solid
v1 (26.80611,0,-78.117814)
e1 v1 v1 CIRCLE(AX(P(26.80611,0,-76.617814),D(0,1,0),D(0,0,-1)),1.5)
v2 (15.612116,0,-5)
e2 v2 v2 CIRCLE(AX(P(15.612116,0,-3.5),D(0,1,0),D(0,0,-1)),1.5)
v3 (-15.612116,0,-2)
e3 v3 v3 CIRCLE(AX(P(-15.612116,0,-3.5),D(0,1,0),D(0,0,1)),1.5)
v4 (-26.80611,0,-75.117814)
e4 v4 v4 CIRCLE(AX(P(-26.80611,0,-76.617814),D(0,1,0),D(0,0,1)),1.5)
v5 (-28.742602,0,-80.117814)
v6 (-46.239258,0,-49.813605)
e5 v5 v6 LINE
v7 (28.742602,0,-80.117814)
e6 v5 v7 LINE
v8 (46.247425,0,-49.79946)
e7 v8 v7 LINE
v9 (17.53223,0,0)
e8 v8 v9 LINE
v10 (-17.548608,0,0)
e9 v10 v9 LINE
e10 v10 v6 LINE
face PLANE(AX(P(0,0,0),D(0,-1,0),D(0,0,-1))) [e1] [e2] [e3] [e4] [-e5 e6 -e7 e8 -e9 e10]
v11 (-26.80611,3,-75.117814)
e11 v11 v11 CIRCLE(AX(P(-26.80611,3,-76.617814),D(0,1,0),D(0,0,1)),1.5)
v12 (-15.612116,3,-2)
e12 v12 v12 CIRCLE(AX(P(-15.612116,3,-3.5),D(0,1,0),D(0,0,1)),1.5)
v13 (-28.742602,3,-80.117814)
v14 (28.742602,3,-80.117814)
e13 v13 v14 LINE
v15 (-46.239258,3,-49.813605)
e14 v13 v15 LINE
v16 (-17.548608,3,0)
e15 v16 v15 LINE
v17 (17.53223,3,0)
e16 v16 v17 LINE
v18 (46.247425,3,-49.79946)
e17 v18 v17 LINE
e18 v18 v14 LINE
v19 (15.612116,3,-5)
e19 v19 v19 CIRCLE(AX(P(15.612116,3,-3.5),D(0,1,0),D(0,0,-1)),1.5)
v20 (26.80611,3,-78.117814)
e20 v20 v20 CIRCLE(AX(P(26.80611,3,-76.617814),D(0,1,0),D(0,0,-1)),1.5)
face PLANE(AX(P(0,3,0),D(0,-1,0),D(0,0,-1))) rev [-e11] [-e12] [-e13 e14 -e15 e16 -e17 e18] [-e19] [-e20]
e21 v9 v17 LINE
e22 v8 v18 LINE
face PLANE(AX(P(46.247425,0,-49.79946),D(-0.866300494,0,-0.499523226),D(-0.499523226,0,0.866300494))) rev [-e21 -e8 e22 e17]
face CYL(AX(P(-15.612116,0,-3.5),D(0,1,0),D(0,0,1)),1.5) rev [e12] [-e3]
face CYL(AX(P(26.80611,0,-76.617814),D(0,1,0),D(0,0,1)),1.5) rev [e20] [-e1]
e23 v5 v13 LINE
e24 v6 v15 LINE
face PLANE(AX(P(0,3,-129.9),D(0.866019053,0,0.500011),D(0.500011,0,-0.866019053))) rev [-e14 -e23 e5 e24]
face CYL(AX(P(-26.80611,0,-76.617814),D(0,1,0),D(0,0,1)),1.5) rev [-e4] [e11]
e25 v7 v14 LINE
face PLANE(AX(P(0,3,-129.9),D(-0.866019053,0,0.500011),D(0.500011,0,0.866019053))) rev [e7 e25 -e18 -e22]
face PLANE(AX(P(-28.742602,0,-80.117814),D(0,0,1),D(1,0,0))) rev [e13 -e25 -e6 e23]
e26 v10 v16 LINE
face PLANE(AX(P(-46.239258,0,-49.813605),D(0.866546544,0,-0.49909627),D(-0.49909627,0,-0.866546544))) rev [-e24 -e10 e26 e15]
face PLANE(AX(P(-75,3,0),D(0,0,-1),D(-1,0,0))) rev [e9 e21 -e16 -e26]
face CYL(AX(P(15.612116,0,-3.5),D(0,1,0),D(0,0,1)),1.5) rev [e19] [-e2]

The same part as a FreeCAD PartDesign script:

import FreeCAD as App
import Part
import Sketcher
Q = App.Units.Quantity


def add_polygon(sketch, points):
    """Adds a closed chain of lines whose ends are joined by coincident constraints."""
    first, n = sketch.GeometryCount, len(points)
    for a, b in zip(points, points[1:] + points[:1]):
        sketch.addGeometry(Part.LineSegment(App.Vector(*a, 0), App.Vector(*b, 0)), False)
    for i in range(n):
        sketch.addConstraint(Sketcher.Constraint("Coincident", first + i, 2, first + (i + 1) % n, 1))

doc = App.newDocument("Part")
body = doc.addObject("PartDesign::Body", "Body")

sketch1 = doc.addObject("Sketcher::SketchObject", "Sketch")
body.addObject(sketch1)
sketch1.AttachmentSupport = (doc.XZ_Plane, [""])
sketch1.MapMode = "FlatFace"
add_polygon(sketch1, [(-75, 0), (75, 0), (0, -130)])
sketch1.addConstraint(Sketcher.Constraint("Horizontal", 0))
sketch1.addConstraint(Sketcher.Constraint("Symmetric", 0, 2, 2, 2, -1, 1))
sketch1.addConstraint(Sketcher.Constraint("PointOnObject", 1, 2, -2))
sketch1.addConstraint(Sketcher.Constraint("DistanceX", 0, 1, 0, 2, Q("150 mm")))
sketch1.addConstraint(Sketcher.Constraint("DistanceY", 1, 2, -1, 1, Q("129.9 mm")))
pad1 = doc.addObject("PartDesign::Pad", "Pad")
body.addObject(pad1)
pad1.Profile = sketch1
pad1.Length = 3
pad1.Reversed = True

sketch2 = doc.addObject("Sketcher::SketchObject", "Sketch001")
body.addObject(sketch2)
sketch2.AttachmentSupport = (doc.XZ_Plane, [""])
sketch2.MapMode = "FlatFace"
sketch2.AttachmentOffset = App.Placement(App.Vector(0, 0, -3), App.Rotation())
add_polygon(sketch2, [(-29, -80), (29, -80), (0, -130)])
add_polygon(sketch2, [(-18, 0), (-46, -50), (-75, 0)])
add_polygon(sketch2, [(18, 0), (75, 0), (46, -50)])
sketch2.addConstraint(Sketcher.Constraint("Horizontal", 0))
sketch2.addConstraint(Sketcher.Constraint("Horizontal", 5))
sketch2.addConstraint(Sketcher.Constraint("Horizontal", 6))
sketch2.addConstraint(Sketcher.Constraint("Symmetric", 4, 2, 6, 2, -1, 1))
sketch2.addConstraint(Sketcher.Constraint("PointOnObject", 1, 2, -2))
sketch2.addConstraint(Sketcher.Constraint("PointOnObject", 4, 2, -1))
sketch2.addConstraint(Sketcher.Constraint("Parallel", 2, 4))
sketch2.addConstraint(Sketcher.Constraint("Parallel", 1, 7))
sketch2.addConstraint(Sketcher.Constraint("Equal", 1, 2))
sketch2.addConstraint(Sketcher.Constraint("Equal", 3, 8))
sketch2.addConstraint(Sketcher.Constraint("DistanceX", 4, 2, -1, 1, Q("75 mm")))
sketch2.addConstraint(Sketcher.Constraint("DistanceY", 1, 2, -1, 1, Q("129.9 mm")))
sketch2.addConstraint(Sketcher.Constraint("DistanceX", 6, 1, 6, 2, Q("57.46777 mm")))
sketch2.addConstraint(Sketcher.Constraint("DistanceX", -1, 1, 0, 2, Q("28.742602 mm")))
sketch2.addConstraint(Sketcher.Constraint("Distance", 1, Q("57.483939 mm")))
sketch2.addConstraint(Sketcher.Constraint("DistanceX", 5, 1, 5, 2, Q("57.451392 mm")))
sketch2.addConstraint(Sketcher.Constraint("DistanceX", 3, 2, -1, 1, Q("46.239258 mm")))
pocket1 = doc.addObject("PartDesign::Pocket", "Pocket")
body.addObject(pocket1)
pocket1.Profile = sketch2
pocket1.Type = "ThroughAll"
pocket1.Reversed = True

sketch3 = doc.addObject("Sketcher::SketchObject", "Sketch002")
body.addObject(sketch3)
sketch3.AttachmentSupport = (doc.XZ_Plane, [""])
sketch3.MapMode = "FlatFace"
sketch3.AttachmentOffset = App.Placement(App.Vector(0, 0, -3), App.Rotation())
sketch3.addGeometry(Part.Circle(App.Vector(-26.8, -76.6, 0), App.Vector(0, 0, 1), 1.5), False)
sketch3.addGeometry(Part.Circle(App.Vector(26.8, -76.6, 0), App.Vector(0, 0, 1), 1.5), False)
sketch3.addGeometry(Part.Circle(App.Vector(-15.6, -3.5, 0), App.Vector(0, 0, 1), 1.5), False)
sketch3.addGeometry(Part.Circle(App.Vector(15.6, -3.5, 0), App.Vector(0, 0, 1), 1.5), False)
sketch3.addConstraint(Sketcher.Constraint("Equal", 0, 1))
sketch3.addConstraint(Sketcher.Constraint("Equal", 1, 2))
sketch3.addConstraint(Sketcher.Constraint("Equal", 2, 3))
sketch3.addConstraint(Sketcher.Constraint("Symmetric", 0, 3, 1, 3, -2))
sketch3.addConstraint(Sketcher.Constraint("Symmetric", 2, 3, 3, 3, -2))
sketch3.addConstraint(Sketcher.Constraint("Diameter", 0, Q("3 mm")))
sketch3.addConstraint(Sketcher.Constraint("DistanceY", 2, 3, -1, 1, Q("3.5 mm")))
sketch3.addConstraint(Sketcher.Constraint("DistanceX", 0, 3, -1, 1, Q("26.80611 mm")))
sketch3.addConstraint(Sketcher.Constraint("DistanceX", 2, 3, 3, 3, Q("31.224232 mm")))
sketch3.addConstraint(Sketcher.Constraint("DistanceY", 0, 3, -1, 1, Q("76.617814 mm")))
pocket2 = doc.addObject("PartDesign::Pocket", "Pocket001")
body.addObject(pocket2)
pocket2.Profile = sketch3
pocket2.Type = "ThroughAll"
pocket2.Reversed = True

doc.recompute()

◆ **WHAT THE TASK ASKS**:
Return a word-for-word copy of the lines above from the one holding "v1 (26.80611,0,-78.117814)" through the one holding "e3 v3 v3 CIRCLE(AX(P(-15.612116,0,-3.5),D(0,1,0),D(0,0,1)),1.5)", with both of them included and nothing besides.

◆ **RESPONSE TO THE EXERCISE**:
v1 (26.80611,0,-78.117814)
e1 v1 v1 CIRCLE(AX(P(26.80611,0,-76.617814),D(0,1,0),D(0,0,-1)),1.5)
v2 (15.612116,0,-5)
e2 v2 v2 CIRCLE(AX(P(15.612116,0,-3.5),D(0,1,0),D(0,0,-1)),1.5)
v3 (-15.612116,0,-2)
e3 v3 v3 CIRCLE(AX(P(-15.612116,0,-3.5),D(0,1,0),D(0,0,1)),1.5)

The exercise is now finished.